BEGIN INPUT MATERIAL

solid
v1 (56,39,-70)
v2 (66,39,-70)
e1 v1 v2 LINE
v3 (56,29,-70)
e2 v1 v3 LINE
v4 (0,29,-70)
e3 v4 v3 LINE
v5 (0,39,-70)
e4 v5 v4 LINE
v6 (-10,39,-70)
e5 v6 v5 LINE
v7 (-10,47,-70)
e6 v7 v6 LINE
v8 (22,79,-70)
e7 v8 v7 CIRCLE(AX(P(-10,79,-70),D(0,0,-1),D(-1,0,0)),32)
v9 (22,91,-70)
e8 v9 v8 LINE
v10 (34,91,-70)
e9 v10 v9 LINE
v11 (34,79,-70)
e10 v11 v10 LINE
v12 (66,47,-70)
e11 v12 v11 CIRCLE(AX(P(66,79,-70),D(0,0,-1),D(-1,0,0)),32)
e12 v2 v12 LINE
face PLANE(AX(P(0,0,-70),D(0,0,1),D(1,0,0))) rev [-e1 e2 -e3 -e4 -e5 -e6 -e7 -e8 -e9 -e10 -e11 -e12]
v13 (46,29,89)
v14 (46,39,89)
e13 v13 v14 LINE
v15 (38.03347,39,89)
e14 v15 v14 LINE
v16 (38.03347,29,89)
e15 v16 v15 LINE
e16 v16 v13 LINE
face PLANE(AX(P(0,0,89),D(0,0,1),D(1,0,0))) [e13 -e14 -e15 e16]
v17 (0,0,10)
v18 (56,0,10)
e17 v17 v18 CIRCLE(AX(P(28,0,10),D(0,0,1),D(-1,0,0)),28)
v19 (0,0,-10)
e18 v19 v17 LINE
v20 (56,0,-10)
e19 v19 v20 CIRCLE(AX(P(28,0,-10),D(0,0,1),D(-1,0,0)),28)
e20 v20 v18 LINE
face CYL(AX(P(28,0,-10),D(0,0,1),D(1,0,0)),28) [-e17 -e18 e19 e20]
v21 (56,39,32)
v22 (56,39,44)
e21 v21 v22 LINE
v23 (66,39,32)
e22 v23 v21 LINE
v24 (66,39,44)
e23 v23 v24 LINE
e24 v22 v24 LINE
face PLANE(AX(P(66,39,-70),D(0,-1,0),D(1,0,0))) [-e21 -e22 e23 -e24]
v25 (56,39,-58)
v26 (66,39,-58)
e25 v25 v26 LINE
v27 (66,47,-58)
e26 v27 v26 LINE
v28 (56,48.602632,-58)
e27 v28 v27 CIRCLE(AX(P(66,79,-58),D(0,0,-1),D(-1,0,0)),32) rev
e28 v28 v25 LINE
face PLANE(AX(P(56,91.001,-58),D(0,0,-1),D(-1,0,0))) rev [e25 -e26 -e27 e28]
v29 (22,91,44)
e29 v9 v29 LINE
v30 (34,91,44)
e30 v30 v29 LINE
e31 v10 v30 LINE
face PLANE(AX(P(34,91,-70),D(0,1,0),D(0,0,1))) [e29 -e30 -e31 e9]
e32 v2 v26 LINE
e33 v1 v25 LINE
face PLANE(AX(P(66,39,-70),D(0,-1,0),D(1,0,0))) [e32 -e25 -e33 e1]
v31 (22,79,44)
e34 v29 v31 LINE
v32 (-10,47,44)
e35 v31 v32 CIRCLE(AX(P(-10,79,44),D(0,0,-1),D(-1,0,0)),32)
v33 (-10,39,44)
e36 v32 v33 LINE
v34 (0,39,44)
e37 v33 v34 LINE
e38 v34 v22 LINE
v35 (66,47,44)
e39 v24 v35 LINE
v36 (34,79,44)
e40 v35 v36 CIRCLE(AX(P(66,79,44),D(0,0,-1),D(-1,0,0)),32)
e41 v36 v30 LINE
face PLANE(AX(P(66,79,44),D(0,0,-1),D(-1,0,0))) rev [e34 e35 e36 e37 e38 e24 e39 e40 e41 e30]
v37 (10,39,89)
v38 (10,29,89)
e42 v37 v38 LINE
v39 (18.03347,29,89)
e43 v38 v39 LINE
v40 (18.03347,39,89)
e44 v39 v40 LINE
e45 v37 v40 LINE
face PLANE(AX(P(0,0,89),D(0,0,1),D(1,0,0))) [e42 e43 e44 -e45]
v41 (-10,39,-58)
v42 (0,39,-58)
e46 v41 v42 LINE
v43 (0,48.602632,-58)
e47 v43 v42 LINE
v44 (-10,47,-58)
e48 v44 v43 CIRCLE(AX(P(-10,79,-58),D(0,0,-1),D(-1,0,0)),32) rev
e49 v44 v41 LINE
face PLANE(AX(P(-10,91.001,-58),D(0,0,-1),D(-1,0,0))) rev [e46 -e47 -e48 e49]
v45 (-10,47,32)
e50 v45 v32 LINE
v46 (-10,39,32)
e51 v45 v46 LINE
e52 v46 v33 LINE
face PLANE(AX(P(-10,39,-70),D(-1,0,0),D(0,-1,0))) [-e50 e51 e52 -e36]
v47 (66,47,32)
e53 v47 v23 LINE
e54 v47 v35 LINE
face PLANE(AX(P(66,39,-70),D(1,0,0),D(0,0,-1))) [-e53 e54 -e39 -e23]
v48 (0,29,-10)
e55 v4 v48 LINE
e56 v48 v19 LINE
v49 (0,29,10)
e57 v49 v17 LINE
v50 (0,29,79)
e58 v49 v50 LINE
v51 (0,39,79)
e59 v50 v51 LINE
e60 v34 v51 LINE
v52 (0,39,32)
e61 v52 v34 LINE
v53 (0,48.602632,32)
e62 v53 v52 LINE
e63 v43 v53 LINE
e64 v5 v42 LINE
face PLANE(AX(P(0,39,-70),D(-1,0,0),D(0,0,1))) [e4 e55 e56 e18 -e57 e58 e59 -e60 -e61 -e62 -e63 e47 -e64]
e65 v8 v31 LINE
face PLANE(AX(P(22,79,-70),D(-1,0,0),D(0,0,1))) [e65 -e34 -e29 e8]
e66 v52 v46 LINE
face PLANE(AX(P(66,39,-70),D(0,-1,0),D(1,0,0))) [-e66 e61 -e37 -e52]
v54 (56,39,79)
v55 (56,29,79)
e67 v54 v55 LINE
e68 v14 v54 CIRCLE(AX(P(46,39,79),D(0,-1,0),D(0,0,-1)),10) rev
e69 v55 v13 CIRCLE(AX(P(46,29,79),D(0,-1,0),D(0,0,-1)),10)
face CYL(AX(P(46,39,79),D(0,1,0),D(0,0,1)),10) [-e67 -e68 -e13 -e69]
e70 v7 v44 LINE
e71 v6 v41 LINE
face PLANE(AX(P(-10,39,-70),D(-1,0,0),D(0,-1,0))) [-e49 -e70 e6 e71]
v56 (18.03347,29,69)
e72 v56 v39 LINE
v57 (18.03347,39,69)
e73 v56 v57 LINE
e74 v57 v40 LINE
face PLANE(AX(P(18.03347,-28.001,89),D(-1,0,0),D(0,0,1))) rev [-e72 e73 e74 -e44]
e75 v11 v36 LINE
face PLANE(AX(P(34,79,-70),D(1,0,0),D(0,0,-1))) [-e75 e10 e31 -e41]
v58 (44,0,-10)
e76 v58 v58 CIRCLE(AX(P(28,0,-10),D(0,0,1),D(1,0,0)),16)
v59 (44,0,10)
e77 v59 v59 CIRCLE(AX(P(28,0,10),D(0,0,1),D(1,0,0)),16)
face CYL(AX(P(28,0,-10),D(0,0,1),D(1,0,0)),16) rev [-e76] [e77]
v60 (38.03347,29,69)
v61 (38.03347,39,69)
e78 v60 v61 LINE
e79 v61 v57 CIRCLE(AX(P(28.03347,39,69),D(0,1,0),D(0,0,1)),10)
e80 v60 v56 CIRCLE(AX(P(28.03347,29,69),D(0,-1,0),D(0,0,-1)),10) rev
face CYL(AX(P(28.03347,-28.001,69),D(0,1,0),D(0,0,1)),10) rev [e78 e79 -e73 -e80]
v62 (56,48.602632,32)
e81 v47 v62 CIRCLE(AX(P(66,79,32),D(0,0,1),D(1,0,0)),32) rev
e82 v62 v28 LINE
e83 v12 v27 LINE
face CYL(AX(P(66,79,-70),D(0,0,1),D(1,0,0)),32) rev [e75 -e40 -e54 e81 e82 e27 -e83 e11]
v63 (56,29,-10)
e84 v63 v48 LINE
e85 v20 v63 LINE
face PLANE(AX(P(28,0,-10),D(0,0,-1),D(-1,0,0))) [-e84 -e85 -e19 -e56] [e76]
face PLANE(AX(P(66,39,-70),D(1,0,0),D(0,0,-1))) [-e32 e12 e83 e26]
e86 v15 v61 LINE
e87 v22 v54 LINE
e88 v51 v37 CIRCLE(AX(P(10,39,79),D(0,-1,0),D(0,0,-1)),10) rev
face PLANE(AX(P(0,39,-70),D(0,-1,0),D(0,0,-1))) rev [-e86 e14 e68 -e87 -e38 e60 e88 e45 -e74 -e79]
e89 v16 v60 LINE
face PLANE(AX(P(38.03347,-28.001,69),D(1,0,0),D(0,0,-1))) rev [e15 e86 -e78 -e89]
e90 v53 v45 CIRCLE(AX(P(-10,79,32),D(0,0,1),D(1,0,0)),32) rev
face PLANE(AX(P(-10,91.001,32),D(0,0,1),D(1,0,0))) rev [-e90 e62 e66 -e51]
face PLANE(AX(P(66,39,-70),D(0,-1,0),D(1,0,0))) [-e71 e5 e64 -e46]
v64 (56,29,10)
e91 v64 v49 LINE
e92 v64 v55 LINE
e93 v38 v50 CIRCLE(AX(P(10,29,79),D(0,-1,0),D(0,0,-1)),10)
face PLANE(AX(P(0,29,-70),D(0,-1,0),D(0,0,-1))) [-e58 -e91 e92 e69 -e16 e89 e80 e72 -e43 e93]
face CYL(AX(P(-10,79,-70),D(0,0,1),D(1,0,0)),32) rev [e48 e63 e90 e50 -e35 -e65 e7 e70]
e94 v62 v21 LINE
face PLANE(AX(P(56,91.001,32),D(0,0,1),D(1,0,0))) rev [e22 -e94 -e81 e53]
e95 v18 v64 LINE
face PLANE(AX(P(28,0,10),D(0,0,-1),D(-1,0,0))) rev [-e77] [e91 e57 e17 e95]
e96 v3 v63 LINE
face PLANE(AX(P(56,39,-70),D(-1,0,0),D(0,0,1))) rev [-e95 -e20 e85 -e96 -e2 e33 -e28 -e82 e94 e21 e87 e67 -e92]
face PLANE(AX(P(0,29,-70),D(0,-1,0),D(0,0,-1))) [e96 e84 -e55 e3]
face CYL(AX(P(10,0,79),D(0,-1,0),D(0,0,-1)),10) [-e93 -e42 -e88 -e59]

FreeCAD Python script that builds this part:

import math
import FreeCAD as App
import Part
import Sketcher
from FreeCAD import Vector


def edges_at(feature, points):
    """Names of the edges that pass closest to the given points."""
    edges = feature.Shape.Edges
    near = lambda p: min(range(len(edges)), key=lambda i: edges[i].distToShape(Part.Vertex(*p))[0])
    return sorted({f"Edge{near(p) + 1}" for p in points})

doc = App.newDocument("Part")
body = doc.addObject("PartDesign::Body", "Body")

# Sketch on XY plane
sketch1 = doc.addObject("Sketcher::SketchObject", "Sketch")
body.addObject(sketch1)
sketch1.AttachmentSupport = (doc.XY_Plane, [""])
sketch1.MapMode = "FlatFace"
sketch1.addGeometry([
    Part.LineSegment(Vector(0, 39, 0), Vector(0, 29, 0)),
    Part.LineSegment(Vector(0, 29, 0), Vector(56, 29, 0)),
    Part.LineSegment(Vector(56, 29, 0), Vector(56, 39, 0)),
    Part.LineSegment(Vector(56, 39, 0), Vector(0, 39, 0)),
], False)
sketch1.addConstraint([
    Sketcher.Constraint("Coincident", 0, 2, 1, 1),
    Sketcher.Constraint("Coincident", 1, 2, 2, 1),
    Sketcher.Constraint("Coincident", 2, 2, 3, 1),
    Sketcher.Constraint("Coincident", 3, 2, 0, 1),
    Sketcher.Constraint("Vertical", 0),
    Sketcher.Constraint("Horizontal", 1),
    Sketcher.Constraint("Vertical", 2),
    Sketcher.Constraint("Horizontal", 3),
    Sketcher.Constraint("PointOnObject", 0, 2, -2),
    Sketcher.Constraint("DistanceX", 1, 1, 1, 2, 56.0),
    Sketcher.Constraint("DistanceY", 0, 2, 0, 1, 10.0),
    Sketcher.Constraint("DistanceY", -1, 1, 0, 2, 29.0),
])
pad1 = doc.addObject("PartDesign::Pad", "Pad")
body.addObject(pad1)
pad1.Profile = sketch1
pad1.Type = "TwoLengths"
pad1.Length = 89
pad1.Length2 = 70

# Sketch on XY plane
sketch2 = doc.addObject("Sketcher::SketchObject", "Sketch001")
body.addObject(sketch2)
sketch2.AttachmentSupport = (doc.XY_Plane, [""])
sketch2.MapMode = "FlatFace"
sketch2.addGeometry([
    Part.LineSegment(Vector(22, 91, 0), Vector(22, 79, 0)),  # 0
    Part.ArcOfCircle(Part.Circle(Vector(-10, 79, 0), Vector(0, 0, 1), 32), math.radians(-90), math.radians(0)),  # 1
    Part.LineSegment(Vector(-10, 47, 0), Vector(-10, 39, 0)),  # 2
    Part.LineSegment(Vector(-10, 39, 0), Vector(66, 39, 0)),  # 3
    Part.LineSegment(Vector(66, 39, 0), Vector(66, 47, 0)),  # 4
    Part.ArcOfCircle(Part.Circle(Vector(66, 79, 0), Vector(0, 0, 1), 32), math.radians(180), math.radians(270)),  # 5
    Part.LineSegment(Vector(34, 79, 0), Vector(34, 91, 0)),  # 6
    Part.LineSegment(Vector(34, 91, 0), Vector(22, 91, 0)),  # 7
], False)
sketch2.addConstraint([
    Sketcher.Constraint("Tangent", 0, 2, 1, 2),
    Sketcher.Constraint("Coincident", 1, 1, 2, 1),
    Sketcher.Constraint("Coincident", 2, 2, 3, 1),
    Sketcher.Constraint("Coincident", 3, 2, 4, 1),
    Sketcher.Constraint("Coincident", 4, 2, 5, 2),
    Sketcher.Constraint("Tangent", 5, 1, 6, 1),
    Sketcher.Constraint("Coincident", 6, 2, 7, 1),
    Sketcher.Constraint("Coincident", 7, 2, 0, 1),
    Sketcher.Constraint("Vertical", 0),
    Sketcher.Constraint("Vertical", 2),
    Sketcher.Constraint("Horizontal", 3),
    Sketcher.Constraint("Vertical", 4),
    Sketcher.Constraint("Vertical", 6),
    Sketcher.Constraint("Horizontal", 7),
    Sketcher.Constraint("Equal", 1, 5),
    Sketcher.Constraint("Horizontal", 1, 3, 5, 3),
    Sketcher.Constraint("Vertical", 5, 3, 3, 2),
    Sketcher.Constraint("Equal", 7, 0),
    Sketcher.Constraint("Radius", 1, 32.0),
    Sketcher.Constraint("DistanceX", 3, 1, 3, 2, 76.0),
    Sketcher.Constraint("DistanceX", 7, 2, 7, 1, 12.0),
    Sketcher.Constraint("DistanceY", 2, 2, 2, 1, 8.0),
    Sketcher.Constraint("DistanceX", 1, 3, -1, 1, 10.0),
    Sketcher.Constraint("DistanceY", -1, 1, 1, 3, 79.0),
])
pad2 = doc.addObject("PartDesign::Pad", "Pad001")
body.addObject(pad2)
pad2.Profile = sketch2
pad2.Type = "TwoLengths"
pad2.Length = 44
pad2.Length2 = 70

# Sketch on XY plane
sketch3 = doc.addObject("Sketcher::SketchObject", "Sketch002")
body.addObject(sketch3)
sketch3.AttachmentSupport = (doc.XY_Plane, [""])
sketch3.MapMode = "FlatFace"
sketch3.addGeometry([
    Part.LineSegment(Vector(0, 29, 0), Vector(0, 0, 0)),  # 0
    Part.ArcOfCircle(Part.Circle(Vector(28, 0, 0), Vector(0, 0, 1), 28), math.radians(180), math.radians(360)),  # 1
    Part.LineSegment(Vector(56, 0, 0), Vector(56, 29, 0)),  # 2
    Part.LineSegment(Vector(56, 29, 0), Vector(0, 29, 0)),  # 3
    Part.Circle(Vector(28, 0, 0), Vector(0, 0, 1), 16),  # 4
], False)
sketch3.addConstraint([
    Sketcher.Constraint("Tangent", 0, 2, 1, 1),
    Sketcher.Constraint("Tangent", 1, 2, 2, 1),
    Sketcher.Constraint("Coincident", 2, 2, 3, 1),
    Sketcher.Constraint("Coincident", 3, 2, 0, 1),
    Sketcher.Constraint("Vertical", 0),
    Sketcher.Constraint("Vertical", 2),
    Sketcher.Constraint("Horizontal", 3),
    Sketcher.Constraint("Coincident", 0, 2, -1, 1),
    Sketcher.Constraint("Coincident", 4, 3, 1, 3),
    Sketcher.Constraint("Diameter", 4, 32.0),
    Sketcher.Constraint("Radius", 1, 28.0),
    Sketcher.Constraint("DistanceY", 0, 2, 0, 1, 29.0),
])
pad3 = doc.addObject("PartDesign::Pad", "Pad002")
body.addObject(pad3)
pad3.Profile = sketch3
pad3.Type = "TwoLengths"
pad3.Length = 10
pad3.Length2 = 10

END INPUT MATERIAL

- _WHAT TO WORK ON_
An exact, complete copy of the lines above from the one with "e38 v34 v22 LINE" through the one with "e44 v39 v40 LINE" is the whole answer.

- _TASK ANSWER_
e38 v34 v22 LINE
v35 (66,47,44)
e39 v24 v35 LINE
v36 (34,79,44)
e40 v35 v36 CIRCLE(AX(P(66,79,44),D(0,0,-1),D(-1,0,0)),32)
e41 v36 v30 LINE
face PLANE(AX(P(66,79,44),D(0,0,-1),D(-1,0,0))) rev [e34 e35 e36 e37 e38 e24 e39 e40 e41 e30]
v37 (10,39,89)
v38 (10,29,89)
e42 v37 v38 LINE
v39 (18.03347,29,89)
e43 v38 v39 LINE
v40 (18.03347,39,89)
e44 v39 v40 LINE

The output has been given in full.